**EXERCISE GOAL:** From the line containing "#18=AXIS2_PLACEMENT_3D('',#15,#16,#17);" down to the line containing "#37=LINE('',#33,#36);" in the records below, reproduce every line exactly, ends included, and omit all others.

**RECORDS SUPPLIED:**

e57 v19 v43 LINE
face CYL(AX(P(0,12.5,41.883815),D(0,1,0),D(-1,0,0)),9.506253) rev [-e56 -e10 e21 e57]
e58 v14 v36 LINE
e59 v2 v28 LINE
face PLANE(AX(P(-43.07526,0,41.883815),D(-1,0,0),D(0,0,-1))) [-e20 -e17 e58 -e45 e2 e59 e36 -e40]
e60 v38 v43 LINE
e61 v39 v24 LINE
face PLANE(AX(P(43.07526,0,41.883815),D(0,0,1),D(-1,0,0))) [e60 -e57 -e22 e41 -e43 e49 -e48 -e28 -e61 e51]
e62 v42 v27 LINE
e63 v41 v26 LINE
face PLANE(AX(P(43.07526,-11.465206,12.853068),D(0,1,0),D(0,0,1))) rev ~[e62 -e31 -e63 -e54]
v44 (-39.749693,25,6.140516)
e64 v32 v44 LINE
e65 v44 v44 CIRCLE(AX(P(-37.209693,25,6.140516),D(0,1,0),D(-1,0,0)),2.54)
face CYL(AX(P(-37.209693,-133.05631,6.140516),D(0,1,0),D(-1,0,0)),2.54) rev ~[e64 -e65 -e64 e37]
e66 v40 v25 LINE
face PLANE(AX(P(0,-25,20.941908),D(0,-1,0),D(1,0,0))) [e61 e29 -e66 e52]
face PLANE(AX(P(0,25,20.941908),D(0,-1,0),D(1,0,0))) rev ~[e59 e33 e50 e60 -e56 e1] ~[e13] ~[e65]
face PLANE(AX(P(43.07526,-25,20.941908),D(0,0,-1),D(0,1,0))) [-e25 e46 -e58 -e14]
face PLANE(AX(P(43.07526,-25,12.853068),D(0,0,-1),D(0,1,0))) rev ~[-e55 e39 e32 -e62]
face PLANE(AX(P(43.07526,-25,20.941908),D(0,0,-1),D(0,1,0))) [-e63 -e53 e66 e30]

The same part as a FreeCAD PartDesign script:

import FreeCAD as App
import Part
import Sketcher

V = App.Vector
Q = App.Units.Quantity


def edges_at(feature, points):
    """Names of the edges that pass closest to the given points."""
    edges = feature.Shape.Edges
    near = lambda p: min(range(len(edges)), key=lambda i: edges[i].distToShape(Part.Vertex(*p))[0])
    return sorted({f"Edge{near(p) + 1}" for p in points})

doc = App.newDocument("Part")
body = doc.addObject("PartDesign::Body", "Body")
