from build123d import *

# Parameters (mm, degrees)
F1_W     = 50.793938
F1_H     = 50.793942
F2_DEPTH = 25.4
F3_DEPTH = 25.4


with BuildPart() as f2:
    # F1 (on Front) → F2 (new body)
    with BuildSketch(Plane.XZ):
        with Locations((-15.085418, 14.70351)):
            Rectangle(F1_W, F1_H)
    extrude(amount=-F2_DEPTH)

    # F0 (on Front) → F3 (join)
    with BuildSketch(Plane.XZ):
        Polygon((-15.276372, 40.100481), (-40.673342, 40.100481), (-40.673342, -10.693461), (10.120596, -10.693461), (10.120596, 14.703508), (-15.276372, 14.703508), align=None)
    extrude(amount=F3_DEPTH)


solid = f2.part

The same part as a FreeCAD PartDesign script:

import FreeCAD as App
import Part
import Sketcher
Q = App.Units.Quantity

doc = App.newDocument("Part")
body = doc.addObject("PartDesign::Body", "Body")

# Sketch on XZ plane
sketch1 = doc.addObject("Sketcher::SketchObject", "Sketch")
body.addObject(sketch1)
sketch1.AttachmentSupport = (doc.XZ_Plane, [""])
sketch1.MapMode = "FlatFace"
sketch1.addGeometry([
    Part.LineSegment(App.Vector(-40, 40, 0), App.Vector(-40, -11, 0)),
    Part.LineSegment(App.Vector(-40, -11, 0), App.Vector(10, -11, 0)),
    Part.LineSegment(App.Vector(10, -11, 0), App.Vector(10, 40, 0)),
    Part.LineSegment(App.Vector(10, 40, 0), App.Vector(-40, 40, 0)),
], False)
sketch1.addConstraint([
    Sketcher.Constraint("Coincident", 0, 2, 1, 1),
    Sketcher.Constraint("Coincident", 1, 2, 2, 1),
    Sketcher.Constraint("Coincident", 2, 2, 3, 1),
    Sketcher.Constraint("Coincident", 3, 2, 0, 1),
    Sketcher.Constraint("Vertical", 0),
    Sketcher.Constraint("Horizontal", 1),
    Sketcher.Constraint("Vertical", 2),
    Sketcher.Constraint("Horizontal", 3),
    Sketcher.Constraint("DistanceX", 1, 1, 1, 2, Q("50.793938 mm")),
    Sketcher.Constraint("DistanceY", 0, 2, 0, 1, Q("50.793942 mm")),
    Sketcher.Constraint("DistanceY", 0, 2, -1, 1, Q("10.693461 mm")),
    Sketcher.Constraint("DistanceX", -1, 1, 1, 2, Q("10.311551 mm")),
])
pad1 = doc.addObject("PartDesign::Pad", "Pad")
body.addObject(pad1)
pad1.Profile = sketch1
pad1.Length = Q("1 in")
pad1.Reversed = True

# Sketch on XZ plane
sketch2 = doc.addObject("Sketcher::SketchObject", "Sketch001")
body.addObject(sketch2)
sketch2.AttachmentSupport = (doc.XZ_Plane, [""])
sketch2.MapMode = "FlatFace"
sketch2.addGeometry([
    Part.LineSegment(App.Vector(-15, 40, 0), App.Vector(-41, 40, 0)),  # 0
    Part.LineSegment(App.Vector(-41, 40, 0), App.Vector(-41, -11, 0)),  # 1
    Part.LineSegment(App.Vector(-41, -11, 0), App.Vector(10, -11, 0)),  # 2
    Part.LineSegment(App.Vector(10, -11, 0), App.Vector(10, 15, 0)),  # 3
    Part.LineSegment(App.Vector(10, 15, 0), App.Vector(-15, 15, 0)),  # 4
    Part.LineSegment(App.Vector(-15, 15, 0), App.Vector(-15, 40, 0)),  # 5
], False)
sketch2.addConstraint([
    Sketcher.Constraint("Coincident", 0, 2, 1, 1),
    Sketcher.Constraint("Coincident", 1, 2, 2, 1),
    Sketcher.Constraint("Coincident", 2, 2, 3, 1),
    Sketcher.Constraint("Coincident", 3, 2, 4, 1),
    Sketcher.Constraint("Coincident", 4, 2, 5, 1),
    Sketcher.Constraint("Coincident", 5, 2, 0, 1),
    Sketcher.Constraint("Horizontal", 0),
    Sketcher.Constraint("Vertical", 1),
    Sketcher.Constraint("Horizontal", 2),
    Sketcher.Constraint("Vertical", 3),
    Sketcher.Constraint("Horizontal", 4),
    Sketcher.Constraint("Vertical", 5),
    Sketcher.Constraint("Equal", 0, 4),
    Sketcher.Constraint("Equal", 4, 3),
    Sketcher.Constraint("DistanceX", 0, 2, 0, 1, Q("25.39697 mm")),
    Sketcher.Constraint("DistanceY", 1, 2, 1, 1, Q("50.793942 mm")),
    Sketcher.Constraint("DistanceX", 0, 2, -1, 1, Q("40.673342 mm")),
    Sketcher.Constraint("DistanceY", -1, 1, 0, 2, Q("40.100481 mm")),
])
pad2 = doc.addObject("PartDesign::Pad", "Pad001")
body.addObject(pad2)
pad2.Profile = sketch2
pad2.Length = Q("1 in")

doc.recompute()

* * *

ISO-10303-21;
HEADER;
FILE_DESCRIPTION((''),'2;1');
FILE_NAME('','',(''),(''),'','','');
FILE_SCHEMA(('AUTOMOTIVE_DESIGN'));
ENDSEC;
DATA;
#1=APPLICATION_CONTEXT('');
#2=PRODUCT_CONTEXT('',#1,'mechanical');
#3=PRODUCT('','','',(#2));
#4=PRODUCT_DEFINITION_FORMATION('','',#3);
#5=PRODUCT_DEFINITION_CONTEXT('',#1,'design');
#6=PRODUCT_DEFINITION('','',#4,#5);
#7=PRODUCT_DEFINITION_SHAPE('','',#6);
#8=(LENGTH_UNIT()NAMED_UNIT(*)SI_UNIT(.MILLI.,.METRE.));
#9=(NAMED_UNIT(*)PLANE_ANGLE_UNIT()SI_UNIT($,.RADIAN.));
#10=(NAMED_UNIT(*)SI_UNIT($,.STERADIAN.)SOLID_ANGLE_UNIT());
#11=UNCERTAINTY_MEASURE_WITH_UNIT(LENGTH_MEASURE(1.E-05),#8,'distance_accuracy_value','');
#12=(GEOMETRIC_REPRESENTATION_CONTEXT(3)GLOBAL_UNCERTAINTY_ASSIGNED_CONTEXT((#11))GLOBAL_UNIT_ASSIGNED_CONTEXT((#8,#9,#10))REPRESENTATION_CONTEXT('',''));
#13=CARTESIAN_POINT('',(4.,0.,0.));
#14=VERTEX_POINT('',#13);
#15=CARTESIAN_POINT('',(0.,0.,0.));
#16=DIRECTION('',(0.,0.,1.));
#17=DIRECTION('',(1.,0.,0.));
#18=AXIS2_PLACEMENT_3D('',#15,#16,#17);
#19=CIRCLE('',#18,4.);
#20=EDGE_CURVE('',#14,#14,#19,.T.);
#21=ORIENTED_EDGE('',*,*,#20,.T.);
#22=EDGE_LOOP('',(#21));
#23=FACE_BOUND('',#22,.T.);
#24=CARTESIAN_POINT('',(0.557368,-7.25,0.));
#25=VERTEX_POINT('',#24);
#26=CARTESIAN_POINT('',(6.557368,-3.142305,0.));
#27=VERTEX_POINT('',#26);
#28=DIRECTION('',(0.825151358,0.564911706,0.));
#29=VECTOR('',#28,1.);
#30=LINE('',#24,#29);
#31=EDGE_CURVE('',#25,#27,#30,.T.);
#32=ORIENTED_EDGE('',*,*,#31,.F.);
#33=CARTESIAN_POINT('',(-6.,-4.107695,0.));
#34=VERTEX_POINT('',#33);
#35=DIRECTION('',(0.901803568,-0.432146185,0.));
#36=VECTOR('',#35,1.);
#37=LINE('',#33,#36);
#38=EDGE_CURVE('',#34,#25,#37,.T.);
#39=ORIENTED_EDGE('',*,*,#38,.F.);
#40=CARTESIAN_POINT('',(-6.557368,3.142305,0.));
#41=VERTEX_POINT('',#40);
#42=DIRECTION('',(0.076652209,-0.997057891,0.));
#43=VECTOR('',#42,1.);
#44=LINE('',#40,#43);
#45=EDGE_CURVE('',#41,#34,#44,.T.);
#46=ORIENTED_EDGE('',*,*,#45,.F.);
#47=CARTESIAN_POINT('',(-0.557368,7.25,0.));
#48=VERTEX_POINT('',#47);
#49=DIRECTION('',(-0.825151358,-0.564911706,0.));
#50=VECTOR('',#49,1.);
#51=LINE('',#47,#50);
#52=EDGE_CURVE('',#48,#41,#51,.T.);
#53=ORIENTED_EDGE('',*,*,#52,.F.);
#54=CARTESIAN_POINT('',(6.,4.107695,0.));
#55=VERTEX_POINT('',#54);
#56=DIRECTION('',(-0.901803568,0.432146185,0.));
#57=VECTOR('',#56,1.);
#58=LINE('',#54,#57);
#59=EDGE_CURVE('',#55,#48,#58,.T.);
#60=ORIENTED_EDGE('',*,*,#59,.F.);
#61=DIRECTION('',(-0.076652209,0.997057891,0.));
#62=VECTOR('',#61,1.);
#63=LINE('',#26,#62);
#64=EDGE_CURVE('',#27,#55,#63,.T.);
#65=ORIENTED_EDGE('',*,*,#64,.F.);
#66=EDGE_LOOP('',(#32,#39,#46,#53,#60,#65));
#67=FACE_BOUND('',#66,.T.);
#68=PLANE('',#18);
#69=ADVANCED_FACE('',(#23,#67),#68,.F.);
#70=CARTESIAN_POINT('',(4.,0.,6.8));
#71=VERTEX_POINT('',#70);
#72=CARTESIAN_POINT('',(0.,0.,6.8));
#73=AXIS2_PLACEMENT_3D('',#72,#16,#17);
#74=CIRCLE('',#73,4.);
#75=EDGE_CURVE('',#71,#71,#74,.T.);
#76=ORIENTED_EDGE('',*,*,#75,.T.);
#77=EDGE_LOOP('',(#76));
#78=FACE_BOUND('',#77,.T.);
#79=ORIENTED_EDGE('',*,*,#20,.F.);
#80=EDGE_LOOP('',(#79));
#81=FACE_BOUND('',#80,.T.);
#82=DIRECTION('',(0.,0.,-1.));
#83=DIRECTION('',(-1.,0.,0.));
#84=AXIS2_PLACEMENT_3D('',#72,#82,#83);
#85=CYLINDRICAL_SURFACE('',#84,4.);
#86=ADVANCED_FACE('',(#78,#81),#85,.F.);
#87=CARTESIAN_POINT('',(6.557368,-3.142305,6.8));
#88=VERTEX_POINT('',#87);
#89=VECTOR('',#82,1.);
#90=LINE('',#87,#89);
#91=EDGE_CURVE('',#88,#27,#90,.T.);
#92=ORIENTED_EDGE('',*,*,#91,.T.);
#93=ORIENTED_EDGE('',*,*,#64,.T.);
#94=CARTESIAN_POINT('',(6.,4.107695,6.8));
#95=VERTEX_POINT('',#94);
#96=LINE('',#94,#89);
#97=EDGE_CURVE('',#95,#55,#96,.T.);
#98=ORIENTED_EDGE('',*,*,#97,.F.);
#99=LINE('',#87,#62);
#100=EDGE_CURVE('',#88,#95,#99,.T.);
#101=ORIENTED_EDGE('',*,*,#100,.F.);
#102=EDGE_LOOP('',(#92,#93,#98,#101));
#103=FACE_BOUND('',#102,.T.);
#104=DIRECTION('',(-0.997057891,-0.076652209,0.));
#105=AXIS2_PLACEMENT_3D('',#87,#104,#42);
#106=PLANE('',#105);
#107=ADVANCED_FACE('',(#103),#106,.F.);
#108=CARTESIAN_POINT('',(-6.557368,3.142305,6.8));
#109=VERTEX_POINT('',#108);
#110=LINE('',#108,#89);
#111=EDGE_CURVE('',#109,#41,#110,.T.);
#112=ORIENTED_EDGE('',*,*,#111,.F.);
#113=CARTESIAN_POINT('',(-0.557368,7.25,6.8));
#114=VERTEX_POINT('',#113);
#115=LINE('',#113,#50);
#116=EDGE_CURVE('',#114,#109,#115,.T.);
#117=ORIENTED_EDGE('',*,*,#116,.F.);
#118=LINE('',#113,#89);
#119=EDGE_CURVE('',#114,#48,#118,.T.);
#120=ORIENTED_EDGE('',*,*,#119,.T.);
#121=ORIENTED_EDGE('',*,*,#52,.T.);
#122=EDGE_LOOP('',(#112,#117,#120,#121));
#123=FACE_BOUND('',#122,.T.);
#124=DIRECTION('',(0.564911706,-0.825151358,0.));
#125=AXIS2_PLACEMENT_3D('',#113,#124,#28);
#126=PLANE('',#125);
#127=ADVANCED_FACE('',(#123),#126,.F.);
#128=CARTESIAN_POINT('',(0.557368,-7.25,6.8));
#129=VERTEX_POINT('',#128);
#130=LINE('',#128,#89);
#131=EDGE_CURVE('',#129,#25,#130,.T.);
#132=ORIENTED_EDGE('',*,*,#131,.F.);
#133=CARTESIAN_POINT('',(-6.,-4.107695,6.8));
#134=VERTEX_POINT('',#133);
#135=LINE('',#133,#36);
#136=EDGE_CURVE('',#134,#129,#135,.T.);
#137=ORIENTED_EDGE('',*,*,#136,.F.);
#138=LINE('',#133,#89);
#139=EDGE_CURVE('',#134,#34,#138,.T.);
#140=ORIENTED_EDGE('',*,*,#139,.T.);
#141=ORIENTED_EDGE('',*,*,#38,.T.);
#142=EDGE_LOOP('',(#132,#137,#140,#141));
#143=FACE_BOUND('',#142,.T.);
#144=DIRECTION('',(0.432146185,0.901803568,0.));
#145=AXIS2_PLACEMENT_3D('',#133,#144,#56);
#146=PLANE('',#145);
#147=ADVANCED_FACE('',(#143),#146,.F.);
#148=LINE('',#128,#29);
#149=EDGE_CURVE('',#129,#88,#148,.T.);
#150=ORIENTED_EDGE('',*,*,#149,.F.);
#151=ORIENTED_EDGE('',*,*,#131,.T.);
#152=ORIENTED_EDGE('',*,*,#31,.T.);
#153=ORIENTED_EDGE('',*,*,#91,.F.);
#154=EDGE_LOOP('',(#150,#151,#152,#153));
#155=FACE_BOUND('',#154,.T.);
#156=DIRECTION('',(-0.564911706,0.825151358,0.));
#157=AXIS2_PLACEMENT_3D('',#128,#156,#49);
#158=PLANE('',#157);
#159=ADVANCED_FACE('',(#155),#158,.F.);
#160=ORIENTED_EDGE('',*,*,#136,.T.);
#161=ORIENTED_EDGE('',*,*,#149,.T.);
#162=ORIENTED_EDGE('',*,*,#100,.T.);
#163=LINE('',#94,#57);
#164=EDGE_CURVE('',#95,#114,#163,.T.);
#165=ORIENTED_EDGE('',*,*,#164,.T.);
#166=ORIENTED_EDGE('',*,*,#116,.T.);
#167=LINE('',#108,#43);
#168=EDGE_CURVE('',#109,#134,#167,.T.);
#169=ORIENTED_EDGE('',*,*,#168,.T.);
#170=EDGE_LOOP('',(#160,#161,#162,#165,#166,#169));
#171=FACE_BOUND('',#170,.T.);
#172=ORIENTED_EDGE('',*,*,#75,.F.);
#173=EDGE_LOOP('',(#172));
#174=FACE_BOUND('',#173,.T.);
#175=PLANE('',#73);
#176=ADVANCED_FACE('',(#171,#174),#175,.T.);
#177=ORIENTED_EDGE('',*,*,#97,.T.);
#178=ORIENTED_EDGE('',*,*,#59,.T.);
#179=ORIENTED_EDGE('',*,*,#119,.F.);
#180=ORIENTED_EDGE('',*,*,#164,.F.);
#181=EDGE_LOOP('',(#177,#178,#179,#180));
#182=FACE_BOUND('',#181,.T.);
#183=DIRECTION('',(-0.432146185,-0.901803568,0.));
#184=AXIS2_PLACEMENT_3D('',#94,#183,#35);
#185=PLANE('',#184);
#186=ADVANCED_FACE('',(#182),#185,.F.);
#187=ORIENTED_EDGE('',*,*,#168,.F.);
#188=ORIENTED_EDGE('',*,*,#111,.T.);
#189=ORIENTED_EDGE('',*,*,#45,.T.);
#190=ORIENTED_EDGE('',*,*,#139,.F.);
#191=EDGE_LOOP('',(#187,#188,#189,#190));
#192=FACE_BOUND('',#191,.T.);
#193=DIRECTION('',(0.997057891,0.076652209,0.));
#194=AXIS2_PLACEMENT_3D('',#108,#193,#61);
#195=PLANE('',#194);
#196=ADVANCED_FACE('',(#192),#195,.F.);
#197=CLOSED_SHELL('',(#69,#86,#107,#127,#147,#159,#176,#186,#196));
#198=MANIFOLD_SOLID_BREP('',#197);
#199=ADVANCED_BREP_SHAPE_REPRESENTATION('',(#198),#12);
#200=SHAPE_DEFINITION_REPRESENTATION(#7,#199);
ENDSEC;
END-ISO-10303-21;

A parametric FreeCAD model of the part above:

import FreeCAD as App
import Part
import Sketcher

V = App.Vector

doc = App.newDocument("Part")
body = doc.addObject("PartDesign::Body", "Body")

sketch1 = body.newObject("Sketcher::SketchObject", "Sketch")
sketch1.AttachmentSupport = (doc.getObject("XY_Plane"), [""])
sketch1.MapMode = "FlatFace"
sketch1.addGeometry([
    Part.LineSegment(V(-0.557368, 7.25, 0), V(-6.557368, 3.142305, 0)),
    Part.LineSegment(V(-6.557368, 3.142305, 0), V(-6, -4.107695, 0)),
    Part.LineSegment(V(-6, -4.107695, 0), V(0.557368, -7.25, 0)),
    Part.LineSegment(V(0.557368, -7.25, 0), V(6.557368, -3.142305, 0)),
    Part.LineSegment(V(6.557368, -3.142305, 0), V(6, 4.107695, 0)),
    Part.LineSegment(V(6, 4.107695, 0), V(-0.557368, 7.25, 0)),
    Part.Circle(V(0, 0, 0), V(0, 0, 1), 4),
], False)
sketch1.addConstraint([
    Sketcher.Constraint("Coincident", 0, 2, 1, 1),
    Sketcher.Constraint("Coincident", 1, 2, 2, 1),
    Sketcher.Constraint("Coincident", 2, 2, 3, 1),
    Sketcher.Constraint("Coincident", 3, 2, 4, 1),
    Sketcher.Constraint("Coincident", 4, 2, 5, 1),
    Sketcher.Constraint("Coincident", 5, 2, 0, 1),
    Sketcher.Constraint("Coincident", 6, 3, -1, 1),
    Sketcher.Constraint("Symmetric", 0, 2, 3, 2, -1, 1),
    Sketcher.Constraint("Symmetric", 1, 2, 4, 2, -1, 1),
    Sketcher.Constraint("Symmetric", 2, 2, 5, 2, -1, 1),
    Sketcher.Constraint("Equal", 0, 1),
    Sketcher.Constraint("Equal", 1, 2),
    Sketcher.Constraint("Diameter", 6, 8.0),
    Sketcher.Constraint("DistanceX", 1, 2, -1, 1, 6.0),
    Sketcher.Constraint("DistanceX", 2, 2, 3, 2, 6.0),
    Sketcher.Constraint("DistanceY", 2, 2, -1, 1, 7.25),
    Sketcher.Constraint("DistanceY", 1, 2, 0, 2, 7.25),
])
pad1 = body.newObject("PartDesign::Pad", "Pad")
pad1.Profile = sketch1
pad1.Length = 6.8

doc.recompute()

**RESPONSE:**
#18=AXIS2_PLACEMENT_3D('',#15,#16,#17);
#19=CIRCLE('',#18,4.);
#20=EDGE_CURVE('',#14,#14,#19,.T.);
#21=ORIENTED_EDGE('',*,*,#20,.T.);
#22=EDGE_LOOP('',(#21));
#23=FACE_BOUND('',#22,.T.);
#24=CARTESIAN_POINT('',(0.557368,-7.25,0.));
#25=VERTEX_POINT('',#24);
#26=CARTESIAN_POINT('',(6.557368,-3.142305,0.));
#27=VERTEX_POINT('',#26);
#28=DIRECTION('',(0.825151358,0.564911706,0.));
#29=VECTOR('',#28,1.);
#30=LINE('',#24,#29);
#31=EDGE_CURVE('',#25,#27,#30,.T.);
#32=ORIENTED_EDGE('',*,*,#31,.F.);
#33=CARTESIAN_POINT('',(-6.,-4.107695,0.));
#34=VERTEX_POINT('',#33);
#35=DIRECTION('',(0.901803568,-0.432146185,0.));
#36=VECTOR('',#35,1.);
#37=LINE('',#33,#36);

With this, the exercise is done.